[INFORMATION]

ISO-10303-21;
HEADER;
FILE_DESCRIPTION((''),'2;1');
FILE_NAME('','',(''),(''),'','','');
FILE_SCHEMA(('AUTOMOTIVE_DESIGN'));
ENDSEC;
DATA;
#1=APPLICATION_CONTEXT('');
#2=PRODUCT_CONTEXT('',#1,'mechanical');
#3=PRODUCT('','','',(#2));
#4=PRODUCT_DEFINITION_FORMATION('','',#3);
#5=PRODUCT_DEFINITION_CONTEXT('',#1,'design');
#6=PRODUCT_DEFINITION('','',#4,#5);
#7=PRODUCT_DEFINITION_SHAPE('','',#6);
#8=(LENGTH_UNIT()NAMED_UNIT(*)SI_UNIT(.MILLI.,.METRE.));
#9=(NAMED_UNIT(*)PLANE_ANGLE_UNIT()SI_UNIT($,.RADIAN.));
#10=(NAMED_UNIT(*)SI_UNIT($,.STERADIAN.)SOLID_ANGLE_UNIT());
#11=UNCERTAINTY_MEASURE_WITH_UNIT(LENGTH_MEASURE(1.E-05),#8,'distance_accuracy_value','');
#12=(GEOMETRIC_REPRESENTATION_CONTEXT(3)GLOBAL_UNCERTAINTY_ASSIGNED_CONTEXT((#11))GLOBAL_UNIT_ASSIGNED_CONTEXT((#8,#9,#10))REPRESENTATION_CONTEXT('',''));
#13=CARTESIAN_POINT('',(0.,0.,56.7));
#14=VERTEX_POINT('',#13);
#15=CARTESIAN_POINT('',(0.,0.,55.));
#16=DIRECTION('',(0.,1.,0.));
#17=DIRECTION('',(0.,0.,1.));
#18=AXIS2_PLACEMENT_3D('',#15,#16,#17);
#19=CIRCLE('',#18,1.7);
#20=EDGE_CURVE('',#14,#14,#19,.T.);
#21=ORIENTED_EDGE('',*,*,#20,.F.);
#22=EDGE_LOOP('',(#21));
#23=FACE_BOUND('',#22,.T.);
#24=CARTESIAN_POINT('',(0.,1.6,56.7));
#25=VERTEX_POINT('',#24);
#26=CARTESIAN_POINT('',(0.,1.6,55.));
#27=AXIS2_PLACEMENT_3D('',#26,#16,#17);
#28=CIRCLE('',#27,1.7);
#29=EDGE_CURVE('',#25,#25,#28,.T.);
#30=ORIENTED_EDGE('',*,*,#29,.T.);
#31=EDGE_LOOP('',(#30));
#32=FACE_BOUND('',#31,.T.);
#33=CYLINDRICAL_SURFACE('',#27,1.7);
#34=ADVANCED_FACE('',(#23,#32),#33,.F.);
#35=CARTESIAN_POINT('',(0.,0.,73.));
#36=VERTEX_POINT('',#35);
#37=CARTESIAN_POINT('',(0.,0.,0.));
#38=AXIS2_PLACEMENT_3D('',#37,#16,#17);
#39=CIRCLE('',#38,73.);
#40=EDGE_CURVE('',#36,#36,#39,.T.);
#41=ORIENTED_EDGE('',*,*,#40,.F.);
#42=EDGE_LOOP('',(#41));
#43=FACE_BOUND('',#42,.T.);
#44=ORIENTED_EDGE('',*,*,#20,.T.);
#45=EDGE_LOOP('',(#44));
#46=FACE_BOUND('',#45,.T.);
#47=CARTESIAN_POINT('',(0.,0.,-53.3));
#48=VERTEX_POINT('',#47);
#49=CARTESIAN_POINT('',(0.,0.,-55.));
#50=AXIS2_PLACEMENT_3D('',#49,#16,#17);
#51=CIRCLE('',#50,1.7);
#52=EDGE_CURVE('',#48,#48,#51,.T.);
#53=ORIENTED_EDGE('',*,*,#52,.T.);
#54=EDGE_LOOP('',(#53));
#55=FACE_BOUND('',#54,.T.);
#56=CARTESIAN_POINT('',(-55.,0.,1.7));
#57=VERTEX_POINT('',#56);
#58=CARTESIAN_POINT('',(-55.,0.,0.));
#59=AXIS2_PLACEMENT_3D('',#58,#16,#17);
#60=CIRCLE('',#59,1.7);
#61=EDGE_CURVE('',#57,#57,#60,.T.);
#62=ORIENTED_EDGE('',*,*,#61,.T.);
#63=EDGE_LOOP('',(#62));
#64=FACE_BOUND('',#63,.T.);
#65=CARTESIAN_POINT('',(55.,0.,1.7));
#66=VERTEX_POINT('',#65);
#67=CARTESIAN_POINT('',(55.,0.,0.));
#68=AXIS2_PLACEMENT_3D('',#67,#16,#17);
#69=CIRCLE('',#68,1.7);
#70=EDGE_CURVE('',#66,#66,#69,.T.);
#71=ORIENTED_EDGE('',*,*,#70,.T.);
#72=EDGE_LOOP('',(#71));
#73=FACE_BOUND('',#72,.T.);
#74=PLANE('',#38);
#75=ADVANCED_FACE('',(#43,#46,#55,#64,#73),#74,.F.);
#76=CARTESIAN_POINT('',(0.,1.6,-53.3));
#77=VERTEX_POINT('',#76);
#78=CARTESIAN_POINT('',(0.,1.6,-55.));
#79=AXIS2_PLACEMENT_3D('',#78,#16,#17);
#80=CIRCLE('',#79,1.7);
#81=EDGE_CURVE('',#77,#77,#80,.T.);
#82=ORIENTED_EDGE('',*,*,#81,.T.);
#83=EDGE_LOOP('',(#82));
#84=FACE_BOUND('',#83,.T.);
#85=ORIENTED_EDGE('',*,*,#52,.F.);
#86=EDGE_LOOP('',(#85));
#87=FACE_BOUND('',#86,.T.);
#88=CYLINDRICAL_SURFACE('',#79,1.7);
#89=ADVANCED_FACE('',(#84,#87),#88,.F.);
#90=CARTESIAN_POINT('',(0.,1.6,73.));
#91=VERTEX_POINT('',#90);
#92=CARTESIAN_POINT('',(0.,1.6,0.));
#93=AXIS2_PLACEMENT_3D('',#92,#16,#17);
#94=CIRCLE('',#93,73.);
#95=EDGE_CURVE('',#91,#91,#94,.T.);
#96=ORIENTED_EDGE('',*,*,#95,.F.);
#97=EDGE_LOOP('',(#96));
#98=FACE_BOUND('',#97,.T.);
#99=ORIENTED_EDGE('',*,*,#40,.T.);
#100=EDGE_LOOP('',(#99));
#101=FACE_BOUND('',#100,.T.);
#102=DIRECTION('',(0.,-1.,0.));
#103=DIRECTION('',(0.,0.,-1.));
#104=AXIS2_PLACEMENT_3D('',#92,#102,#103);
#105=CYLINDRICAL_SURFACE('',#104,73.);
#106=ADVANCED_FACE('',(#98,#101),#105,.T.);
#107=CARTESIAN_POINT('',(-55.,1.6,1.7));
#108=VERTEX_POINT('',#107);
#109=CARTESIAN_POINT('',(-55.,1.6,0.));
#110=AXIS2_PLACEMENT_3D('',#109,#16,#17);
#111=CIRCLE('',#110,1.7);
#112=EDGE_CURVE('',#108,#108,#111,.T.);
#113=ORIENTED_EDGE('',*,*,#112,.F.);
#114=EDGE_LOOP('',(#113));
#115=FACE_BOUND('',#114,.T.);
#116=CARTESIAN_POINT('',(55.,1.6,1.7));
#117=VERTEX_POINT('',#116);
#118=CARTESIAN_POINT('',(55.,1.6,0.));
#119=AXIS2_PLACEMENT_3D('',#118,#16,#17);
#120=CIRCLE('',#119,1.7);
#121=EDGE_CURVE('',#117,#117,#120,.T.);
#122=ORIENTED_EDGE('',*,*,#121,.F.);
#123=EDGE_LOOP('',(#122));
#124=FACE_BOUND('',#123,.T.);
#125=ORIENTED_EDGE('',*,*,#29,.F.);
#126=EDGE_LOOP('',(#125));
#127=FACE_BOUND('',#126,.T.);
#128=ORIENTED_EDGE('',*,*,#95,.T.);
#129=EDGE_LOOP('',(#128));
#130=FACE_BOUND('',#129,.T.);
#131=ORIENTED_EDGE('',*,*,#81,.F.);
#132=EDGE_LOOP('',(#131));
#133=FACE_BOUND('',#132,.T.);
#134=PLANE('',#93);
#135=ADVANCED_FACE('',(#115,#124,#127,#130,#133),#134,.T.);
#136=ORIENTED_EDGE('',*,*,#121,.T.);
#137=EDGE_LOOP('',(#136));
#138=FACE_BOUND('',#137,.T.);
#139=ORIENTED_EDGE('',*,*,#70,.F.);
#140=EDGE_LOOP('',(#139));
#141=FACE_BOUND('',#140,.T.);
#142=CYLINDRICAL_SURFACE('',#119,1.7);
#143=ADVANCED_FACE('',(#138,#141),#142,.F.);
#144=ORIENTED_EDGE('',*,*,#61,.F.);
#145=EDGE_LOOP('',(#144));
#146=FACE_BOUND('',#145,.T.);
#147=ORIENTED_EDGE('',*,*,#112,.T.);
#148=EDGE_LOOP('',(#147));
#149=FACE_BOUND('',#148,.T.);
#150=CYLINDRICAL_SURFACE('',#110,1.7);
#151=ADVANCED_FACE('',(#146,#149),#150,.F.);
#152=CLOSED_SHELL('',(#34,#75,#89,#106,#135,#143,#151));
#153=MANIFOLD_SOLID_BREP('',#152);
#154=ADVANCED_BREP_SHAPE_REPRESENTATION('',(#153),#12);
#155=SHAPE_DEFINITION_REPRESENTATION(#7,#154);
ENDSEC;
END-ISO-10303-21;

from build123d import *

# Parameters (mm, degrees)
BOSS_EXTRUDE1_DEPTH  = 1.6
M3_CLEARANCE_HOLE1_D = 3.4


with BuildPart() as part:
    # Sketch1 → Boss-Extrude1 (new body)
    with BuildSketch(Plane(origin=(0, 0, 0), x_dir=(1, 0, 0), z_dir=(0, 1, 0))):
        with BuildLine():
            ThreePointArc((-65, 33.226495452), (-73, 0), (-65, -33.226495452))
            ThreePointArc((-65, -33.226495452), (-51.618795027, -51.618795027), (-33.226495452, -65))
            ThreePointArc((-33.226495452, -65), (0, -73), (33.226495452, -65))
            ThreePointArc((33.226495452, -65), (51.618795027, -51.618795027), (65, -33.226495452))
            ThreePointArc((65, -33.226495452), (70.971825396, -17.088007491), (73, 0))
            ThreePointArc((73, 0), (70.971825396, 17.088007491), (65, 33.226495452))
            ThreePointArc((65, 33.226495452), (51.618795027, 51.618795027), (33.226495452, 65))
            ThreePointArc((33.226495452, 65), (0, 73), (-33.226495452, 65))
            ThreePointArc((-33.226495452, 65), (-51.618795027, 51.618795027), (-65, 33.226495452))
        make_face()
    extrude(amount=BOSS_EXTRUDE1_DEPTH)

    # M3 Clearance Hole1 (through all)
    with Locations(Plane(origin=(0, 1.6, 0), x_dir=(1, 0, 0), z_dir=(0, 1, 0))):
        with Locations((0, 55), (55, 0), (-55, 0), (0, -55)):
            Hole(M3_CLEARANCE_HOLE1_D / 2)


solid = part.part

[/INFORMATION]

§ **TASK TO CARRY OUT**
Your response should hold the lines from the first line of the entries above through the line with "#5=PRODUCT_DEFINITION_CONTEXT('',#1,'design');", each retyped exactly, and nothing else.

§ **WRITTEN RESPONSE**
ISO-10303-21;
HEADER;
FILE_DESCRIPTION((''),'2;1');
FILE_NAME('','',(''),(''),'','','');
FILE_SCHEMA(('AUTOMOTIVE_DESIGN'));
ENDSEC;
DATA;
#1=APPLICATION_CONTEXT('');
#2=PRODUCT_CONTEXT('',#1,'mechanical');
#3=PRODUCT('','','',(#2));
#4=PRODUCT_DEFINITION_FORMATION('','',#3);
#5=PRODUCT_DEFINITION_CONTEXT('',#1,'design');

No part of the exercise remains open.